Thank you Sarah! I originally had to outcross my show bucks to pet type does, so Im trying to mate back as much as possible to regain show type, and its coming along slowly.


----------



## The Boggit keeper (Mar 5, 2010)

Simply beautiful! Congrats


----------



## nuedaimice (May 26, 2010)

Fabulous progress, Steven. Especially for someone whose only be working with them for a few months and considering what the original moms looked like. You have a great eye for selective breeding!


----------



## Roland (Aug 17, 2009)

Cool!


----------



## minibears (Jul 30, 2010)

superb, what colour are u calling these ladies?


----------



## HemlockStud (Apr 26, 2009)

These ladies are all champagne(pink eyed chocolate), and the colour is terrible on most, mainly too light.
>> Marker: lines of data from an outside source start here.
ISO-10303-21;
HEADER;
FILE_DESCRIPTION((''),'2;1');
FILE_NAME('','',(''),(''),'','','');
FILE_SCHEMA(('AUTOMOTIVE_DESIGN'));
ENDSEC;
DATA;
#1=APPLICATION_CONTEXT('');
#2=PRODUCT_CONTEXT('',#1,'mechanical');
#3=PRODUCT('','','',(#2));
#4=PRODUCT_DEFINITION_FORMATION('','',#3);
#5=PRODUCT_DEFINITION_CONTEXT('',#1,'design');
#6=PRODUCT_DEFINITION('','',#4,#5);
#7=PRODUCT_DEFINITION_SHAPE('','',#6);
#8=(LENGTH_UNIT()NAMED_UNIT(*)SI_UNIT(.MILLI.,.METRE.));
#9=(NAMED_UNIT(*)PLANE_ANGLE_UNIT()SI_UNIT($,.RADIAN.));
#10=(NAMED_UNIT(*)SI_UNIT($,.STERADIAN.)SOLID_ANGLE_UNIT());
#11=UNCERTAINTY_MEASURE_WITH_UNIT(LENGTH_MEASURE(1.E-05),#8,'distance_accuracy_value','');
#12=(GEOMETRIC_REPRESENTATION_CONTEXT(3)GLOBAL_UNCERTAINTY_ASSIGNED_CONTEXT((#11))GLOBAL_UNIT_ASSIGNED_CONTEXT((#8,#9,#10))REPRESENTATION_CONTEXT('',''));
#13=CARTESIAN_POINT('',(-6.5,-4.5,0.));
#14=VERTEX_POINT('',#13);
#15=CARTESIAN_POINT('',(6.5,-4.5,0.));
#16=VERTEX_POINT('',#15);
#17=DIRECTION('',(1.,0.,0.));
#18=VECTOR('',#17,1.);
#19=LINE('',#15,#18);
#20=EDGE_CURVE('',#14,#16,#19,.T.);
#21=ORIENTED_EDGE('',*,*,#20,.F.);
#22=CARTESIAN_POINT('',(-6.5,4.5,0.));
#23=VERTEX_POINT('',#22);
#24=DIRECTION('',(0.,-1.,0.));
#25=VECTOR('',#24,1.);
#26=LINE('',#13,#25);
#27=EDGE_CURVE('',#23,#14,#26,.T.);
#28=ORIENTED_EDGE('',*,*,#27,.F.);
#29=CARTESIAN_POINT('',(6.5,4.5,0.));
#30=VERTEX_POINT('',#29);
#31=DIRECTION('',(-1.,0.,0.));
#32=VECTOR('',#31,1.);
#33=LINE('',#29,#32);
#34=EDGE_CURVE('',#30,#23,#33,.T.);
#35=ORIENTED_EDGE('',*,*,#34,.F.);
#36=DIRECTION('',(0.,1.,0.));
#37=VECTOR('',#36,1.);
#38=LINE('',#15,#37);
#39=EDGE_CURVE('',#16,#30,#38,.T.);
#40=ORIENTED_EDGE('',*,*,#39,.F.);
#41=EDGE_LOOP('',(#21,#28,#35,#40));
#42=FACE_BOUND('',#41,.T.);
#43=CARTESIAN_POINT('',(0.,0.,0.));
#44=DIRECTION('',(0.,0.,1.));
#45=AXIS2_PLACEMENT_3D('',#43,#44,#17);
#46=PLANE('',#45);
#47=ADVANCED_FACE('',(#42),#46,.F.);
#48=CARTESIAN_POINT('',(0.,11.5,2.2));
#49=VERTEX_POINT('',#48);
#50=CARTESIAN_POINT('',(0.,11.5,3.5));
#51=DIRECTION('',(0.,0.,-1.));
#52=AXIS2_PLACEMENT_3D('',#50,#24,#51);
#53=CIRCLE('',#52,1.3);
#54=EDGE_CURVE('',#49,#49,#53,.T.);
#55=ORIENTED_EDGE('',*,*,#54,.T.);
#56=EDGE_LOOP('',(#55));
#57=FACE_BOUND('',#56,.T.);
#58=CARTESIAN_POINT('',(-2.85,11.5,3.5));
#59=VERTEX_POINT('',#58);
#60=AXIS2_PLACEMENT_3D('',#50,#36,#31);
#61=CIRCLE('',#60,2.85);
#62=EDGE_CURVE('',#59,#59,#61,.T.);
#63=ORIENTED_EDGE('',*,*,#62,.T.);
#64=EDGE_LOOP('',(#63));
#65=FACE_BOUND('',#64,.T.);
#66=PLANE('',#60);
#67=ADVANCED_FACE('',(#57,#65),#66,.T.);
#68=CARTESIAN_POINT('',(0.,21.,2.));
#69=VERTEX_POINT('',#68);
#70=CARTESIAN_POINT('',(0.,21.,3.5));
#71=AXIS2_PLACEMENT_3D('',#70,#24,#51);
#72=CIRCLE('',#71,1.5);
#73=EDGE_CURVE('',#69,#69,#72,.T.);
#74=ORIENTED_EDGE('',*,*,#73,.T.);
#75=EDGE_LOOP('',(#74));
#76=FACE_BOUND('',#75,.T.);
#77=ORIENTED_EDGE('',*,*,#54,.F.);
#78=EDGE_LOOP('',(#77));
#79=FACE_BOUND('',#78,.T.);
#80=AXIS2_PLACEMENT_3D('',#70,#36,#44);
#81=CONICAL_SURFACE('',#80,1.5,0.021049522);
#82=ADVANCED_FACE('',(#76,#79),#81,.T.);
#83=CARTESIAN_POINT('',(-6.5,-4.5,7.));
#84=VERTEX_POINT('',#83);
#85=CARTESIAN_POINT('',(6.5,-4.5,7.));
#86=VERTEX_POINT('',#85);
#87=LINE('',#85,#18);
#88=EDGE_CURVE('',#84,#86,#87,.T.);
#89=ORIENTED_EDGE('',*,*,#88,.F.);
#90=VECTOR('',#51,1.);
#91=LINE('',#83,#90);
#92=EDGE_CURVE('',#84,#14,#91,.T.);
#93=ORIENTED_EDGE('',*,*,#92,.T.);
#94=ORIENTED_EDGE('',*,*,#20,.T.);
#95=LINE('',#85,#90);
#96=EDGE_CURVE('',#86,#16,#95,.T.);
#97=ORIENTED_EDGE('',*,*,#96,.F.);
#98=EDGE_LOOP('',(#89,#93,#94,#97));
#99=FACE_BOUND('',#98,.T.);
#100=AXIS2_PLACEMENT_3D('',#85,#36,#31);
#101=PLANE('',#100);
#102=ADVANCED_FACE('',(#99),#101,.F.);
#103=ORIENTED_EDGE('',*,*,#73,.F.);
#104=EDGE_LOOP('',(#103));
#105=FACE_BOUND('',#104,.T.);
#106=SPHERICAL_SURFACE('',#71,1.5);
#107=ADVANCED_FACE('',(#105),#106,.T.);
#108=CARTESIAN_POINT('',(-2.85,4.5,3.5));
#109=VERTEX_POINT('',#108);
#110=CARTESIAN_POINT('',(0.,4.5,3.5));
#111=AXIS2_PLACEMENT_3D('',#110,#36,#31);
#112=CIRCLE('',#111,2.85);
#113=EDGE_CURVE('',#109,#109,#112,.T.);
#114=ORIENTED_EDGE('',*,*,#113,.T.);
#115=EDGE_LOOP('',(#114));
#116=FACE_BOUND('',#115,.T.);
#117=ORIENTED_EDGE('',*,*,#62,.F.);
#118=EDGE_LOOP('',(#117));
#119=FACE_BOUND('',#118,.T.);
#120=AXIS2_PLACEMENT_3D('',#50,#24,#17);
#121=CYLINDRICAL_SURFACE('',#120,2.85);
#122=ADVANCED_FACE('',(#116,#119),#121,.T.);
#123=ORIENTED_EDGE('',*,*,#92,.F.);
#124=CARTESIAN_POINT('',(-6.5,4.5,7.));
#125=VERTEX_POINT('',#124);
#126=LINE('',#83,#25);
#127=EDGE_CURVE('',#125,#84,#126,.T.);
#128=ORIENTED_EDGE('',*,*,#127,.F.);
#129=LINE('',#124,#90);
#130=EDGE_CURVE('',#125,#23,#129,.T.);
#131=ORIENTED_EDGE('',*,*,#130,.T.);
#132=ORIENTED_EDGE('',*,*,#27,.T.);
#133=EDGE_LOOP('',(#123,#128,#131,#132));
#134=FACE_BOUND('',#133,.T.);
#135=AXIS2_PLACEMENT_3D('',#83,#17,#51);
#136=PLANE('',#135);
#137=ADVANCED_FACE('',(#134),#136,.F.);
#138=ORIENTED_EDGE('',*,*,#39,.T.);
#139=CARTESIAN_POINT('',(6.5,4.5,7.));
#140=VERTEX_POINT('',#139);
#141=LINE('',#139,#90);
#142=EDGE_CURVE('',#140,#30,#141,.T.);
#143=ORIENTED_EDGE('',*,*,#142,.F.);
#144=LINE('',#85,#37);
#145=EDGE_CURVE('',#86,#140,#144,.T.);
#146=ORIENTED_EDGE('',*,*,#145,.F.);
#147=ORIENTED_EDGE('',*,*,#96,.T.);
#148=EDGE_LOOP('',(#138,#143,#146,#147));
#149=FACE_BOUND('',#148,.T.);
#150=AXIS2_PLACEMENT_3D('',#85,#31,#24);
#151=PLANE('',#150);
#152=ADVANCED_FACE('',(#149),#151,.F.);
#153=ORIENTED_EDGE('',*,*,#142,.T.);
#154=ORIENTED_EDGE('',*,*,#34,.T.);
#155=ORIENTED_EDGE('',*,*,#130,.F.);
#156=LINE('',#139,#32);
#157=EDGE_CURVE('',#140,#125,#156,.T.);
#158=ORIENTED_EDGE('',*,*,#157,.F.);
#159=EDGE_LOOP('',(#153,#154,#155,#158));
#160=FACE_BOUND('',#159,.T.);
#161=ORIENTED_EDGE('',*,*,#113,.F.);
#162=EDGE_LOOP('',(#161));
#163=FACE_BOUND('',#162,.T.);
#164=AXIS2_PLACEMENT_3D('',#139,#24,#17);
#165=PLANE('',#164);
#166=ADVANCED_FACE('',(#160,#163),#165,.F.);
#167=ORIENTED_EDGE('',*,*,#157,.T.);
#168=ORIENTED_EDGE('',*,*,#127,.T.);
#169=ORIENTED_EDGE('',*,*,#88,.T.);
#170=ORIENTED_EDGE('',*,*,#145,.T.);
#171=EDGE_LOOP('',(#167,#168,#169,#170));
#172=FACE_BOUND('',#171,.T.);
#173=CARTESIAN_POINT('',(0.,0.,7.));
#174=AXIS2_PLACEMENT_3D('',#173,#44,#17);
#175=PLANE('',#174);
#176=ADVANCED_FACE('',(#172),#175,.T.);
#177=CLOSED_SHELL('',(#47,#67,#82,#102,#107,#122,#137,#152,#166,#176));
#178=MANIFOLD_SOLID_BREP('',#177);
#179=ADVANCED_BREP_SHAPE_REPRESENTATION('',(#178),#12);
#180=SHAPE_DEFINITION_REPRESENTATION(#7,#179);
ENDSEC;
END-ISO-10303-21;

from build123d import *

# Parameters (mm, degrees)
SKETCH_1_W      = 13
SKETCH_1_H      = 9
EXTRUDE_1_DEPTH = 7
SKETCH_2_R      = 2.85
EXTRUDE_2_DEPTH = 7


with BuildPart() as part:
    # 草图1 → 凸台-拉伸1 (new body)
    with BuildSketch(Plane.XY):
        Rectangle(SKETCH_1_W, SKETCH_1_H)
    extrude(amount=EXTRUDE_1_DEPTH)

    # 草图2 → 凸台-拉伸2 (add)
    with BuildSketch(Plane(origin=(0, 4.5, 0), x_dir=(1, 0, 0), z_dir=(0, 1, 0))):
        with Locations(Location((0, -3.5, 0), (0, 0, 180))):
            Circle(SKETCH_2_R)
    extrude(amount=EXTRUDE_2_DEPTH)

    # 草图3 → 旋转1 (revolve)
    with BuildSketch(Plane(origin=(0, 0, 0), x_dir=(0, 0, -1), z_dir=(1, 0, 0)), mode=Mode.PRIVATE) as revolve_1_sk:
        with BuildLine():
            Line((-3.5, 11.5), (-4.8, 11.5))
            Line((-4.8, 11.5), (-5, 21))
            ThreePointArc((-5, 21), (-4.560660172, 22.060660172), (-3.5, 22.5))
            Line((-3.5, 22.5), (-3.5, 11.5))
        make_face()
    revolve(revolve_1_sk.sketch.rotate(Axis((0, 11.5, 3.5), (0, 1, 0)), 180), axis=Axis((0, 11.5, 3.5), (0, 1, 0)))


solid = part.part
Some are a/a b/b C/c p/p, a/a b/b C/ce p/p, or a/a b/b C/C p/p depending on which line they are being bred for(Cream/PEW or Champagne)


----------



## moustress (Sep 25, 2009)

Some of the pictures make them look yellow verging on fawn, and I'm assuming that was due, at last in part, to the lighting. I am still not used to the golden cast on your British champagnes.


----------



## HemlockStud (Apr 26, 2009)

Yea that there was due to the lighting I used, it was overly dark in those pictures and I tried to auto-correct them in photoshop so the mice turned out odd looking. Although in real life none of these guys are representations of good colouring on champagnes in my opinion anyway, the does that do not carry any c-dilutes and are out of my nicely coloured show champagne buck are pretty close though, they just need more of a pinkish tinge.


----------